The basic Trypsin inhibitor of bovine pancreas: V. The disulfide linkages.
(2) Kassell, B. (1970) Methods Enzymol. 19, 844-852
Bovine Trypsin-Kallikrein inhibitor (Kunitz Inhibitor, Basic Pancreatic Trypsin Inhibitor, Polyvalent Inhibitor from Bovine Organs).
(3) Fritz, H. & Wunderer, G. (1983) Drug Res. 33, 479-494
Biochemistry and application of Aprotinin, the Kallikrein inhibitor from bovine organs.
Aprotinin was isolated independently from two laboratories and originally named Bovine Pancreatic Trypsin Inhibitor (BPTI) and Trypsin-kallikrein Inhibitor (TKI). It is a strongly basic protein (58 amino acids; ref. 1, 2). Aprotinin inhibits trypsin, chymotrypsin, kallikrein from different sources and plasmin. Its recommended working concentration is 2 - 10 μg/ml (approx. 1 μM). The working concentration given in ref. 3 (500 KIU/ml; approx. 10 μM) seems to be very high.

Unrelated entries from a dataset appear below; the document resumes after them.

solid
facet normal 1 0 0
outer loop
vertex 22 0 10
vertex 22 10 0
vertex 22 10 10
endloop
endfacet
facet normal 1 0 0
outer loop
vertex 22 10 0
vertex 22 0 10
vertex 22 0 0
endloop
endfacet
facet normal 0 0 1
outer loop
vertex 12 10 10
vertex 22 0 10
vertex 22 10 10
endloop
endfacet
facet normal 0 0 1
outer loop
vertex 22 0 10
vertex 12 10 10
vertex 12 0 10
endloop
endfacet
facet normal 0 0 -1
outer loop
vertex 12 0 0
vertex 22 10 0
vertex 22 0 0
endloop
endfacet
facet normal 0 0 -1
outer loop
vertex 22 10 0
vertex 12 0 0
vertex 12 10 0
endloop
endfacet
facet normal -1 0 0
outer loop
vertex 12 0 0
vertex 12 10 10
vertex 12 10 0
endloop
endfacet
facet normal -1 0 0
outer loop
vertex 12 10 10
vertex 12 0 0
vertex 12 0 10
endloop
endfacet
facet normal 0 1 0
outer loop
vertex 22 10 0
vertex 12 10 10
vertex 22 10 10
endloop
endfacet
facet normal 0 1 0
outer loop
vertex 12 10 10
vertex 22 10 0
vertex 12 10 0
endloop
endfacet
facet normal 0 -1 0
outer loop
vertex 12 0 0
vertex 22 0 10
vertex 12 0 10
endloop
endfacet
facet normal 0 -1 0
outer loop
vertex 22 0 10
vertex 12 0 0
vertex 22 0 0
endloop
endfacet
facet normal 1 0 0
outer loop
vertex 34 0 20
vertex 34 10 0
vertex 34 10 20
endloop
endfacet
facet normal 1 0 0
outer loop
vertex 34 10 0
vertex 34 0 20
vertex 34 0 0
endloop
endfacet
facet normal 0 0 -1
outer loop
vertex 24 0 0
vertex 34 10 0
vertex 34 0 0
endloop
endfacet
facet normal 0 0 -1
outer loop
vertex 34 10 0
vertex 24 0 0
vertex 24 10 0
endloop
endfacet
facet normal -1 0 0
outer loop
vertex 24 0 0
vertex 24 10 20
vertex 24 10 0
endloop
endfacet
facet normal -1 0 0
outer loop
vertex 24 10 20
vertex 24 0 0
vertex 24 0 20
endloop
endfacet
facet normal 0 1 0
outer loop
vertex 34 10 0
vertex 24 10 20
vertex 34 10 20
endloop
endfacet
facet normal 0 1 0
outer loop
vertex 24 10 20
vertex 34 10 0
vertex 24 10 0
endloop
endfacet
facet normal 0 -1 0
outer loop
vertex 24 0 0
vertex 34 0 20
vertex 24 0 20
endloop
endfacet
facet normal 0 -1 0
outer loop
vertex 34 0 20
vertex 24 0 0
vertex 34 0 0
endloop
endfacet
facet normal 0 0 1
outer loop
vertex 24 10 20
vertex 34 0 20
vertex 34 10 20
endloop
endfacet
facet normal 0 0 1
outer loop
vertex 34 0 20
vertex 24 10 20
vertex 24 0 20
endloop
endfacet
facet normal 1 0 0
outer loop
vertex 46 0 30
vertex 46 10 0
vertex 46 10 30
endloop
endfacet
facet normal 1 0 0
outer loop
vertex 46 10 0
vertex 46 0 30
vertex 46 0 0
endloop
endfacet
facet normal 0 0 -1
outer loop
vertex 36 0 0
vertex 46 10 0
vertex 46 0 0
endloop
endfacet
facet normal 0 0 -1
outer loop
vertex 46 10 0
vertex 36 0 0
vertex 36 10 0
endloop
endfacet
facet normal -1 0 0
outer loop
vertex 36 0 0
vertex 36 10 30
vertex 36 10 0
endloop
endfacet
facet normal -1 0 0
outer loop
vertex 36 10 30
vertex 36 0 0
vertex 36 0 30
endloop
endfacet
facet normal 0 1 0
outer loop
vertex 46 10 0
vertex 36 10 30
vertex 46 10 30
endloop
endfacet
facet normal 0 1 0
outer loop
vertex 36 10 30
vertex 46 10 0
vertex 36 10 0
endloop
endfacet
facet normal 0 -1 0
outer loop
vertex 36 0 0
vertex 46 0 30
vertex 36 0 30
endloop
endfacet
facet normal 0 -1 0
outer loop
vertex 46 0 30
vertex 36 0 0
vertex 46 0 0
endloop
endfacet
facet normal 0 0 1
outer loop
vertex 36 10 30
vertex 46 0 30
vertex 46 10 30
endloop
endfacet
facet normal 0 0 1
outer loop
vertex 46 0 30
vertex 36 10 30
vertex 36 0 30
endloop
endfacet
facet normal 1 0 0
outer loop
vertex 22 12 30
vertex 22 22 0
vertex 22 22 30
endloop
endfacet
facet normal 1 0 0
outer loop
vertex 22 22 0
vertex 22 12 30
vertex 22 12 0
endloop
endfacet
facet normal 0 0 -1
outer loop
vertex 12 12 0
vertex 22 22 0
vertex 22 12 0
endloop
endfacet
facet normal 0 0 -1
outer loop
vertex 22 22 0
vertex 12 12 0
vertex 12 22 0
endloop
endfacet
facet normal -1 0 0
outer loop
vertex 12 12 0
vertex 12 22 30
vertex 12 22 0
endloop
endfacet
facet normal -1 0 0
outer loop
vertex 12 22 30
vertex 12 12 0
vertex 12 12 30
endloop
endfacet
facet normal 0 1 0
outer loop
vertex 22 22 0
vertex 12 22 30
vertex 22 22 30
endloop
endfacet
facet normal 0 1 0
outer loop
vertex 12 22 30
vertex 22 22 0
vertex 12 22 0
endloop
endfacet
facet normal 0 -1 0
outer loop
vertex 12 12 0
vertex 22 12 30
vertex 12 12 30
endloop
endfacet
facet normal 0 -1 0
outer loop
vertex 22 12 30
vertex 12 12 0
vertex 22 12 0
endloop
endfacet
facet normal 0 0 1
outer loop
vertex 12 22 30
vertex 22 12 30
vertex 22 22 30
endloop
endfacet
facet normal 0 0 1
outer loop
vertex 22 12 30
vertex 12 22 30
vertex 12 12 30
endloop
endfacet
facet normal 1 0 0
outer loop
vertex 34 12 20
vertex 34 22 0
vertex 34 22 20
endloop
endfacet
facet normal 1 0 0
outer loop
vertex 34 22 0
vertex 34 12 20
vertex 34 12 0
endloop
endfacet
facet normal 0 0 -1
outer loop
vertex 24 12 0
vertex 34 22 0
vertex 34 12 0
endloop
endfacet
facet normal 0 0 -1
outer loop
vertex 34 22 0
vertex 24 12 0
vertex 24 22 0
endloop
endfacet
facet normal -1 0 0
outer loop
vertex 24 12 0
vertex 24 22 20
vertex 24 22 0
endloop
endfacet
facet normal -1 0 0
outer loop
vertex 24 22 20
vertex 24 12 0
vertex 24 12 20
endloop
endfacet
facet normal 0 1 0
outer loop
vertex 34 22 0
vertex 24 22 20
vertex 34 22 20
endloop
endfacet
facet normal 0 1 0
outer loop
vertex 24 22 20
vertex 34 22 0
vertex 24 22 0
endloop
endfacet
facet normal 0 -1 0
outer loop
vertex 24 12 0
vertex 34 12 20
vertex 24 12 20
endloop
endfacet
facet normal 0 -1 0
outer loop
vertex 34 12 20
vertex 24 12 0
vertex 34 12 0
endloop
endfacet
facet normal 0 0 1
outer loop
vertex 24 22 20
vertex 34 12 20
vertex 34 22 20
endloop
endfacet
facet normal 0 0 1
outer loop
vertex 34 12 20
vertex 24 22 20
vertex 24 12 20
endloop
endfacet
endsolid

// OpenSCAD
// Generated by gitshelves
// 2024-01 (0 contributions) reserved at [0, 0]
translate([12, 0, 0]) cube(10); // 2024-02
translate([24, 0, 0]) cube(10); // 2024-03
translate([24, 0, 10]) cube(10); // 2024-03
translate([36, 0, 0]) cube(10); // 2024-04
translate([36, 0, 10]) cube(10); // 2024-04
translate([36, 0, 20]) cube(10); // 2024-04
// 2024-05 (0 contributions) reserved at [0, 12]
translate([12, 12, 0]) cube(10); // 2024-06
translate([12, 12, 10]) cube(10); // 2024-06
translate([12, 12, 20]) cube(10); // 2024-06
translate([24, 12, 0]) cube(10); // 2024-07
translate([24, 12, 10]) cube(10); // 2024-07
// 2024-08 (0 contributions) reserved at [36, 12]
// 2024-09 (0 contributions) reserved at [0, 24]
// 2024-10 (0 contributions) reserved at [12, 24]
// 2024-11 (0 contributions) reserved at [24, 24]
// 2024-12 (0 contributions) reserved at [36, 24]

Stability: Aprotinin may be stored indefinite at +4°C in lyophilized form. Dissolved in saline or buffer solutions (e. g. 10 mg/ml) at pH 5 - 8, it may be stored aliquoted at +4°C at least for one month or frozen at -20°C for several years. Thawed aliquots of the stock solutions should not be frozen again, because repeated freeze-thawing will lead to aggregation of the polypeptide aprotinin. Solutions with a pH value below 4 or above 9 should be used immediately. Protect from direct sunlight, UV light and reducing agents. It is stable in water, 70 % methanol, 70 % ethanol or 50 % acetone, too (2, 3).

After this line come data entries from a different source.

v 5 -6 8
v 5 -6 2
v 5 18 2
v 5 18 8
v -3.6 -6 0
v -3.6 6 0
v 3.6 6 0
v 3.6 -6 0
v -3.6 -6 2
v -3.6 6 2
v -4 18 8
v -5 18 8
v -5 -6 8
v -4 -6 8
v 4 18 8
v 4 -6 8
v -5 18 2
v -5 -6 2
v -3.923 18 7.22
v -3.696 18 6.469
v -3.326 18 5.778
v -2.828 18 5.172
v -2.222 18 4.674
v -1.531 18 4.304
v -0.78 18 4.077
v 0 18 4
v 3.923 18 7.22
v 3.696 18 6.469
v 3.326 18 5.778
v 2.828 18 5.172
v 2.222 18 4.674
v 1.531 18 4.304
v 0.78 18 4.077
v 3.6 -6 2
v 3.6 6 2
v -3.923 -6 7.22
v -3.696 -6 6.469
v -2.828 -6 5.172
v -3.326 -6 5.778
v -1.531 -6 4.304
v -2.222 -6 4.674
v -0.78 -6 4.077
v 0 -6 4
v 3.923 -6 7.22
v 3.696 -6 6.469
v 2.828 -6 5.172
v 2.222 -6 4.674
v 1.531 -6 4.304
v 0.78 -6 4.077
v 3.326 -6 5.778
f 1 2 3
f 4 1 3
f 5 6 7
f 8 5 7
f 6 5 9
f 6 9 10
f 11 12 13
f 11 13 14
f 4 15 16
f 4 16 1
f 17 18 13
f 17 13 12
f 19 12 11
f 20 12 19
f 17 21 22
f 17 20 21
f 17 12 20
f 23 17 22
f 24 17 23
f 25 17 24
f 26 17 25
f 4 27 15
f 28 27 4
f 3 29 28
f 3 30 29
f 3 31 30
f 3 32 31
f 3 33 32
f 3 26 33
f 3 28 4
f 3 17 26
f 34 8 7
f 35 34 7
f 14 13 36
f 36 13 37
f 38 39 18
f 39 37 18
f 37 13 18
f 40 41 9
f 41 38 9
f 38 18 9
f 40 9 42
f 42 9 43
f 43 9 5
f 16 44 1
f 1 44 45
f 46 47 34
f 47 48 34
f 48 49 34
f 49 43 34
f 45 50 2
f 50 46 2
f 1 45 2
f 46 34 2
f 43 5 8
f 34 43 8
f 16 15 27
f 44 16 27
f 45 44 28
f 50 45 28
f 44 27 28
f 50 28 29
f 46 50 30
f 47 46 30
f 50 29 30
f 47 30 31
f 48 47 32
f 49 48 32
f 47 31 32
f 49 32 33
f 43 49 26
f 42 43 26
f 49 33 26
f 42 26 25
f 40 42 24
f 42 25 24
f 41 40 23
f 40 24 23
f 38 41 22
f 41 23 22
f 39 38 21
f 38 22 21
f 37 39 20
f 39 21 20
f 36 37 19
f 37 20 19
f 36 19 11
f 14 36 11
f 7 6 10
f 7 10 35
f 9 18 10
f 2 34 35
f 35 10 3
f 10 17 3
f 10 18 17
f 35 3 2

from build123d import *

# Parameters (mm, degrees)
SKETCH1_W           = 7.2
SKETCH1_H           = 12
BOSS_EXTRUDE1_DEPTH = 2
SKETCH2_W           = 10
SKETCH2_H           = 24
BOSS_EXTRUDE2_DEPTH = 6
CUT_EXTRUDE1_DEPTH  = 24


with BuildPart() as part:
    # Sketch1 → Boss-Extrude1 (new body)
    with BuildSketch(Plane.XY):
        Rectangle(SKETCH1_W, SKETCH1_H)
    extrude(amount=BOSS_EXTRUDE1_DEPTH)

    # Sketch2 → Boss-Extrude2 (add)
    with BuildSketch(Plane.XY.offset(2)):
        with Locations((0, 6)):
            Rectangle(SKETCH2_W, SKETCH2_H)
    extrude(amount=BOSS_EXTRUDE2_DEPTH)

    # Sketch5 → Cut-Extrude1 (cut)
    with BuildSketch(Plane(origin=(0, 18, 0), x_dir=(1, 0, 0), z_dir=(0, 1, 0))):
        with BuildLine():
            Line((-4, -8), (4, -8))
            ThreePointArc((4, -8), (0, -4), (-4, -8))
        make_face()
    extrude(amount=-CUT_EXTRUDE1_DEPTH, mode=Mode.SUBTRACT)


solid = part.part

Unit-Definition: One Trypsin Inhibitor Unit (TIU) will decrease the activity of 2 trypsin units by 50 %, where one trypsin unit will hydrolyze 1.0 μmole Nα-benzoyl-DL-arginine p-nitroanilide (BAPNA) per minute at pH 7.8 and 25°C. 1 TIU (Trypsin Inhibitor Unit) corresponds to approx. 1300 KIU (Kallikrein Inhibitor Units) and 1 TIU corresponds to one Ph. Eur. Unit.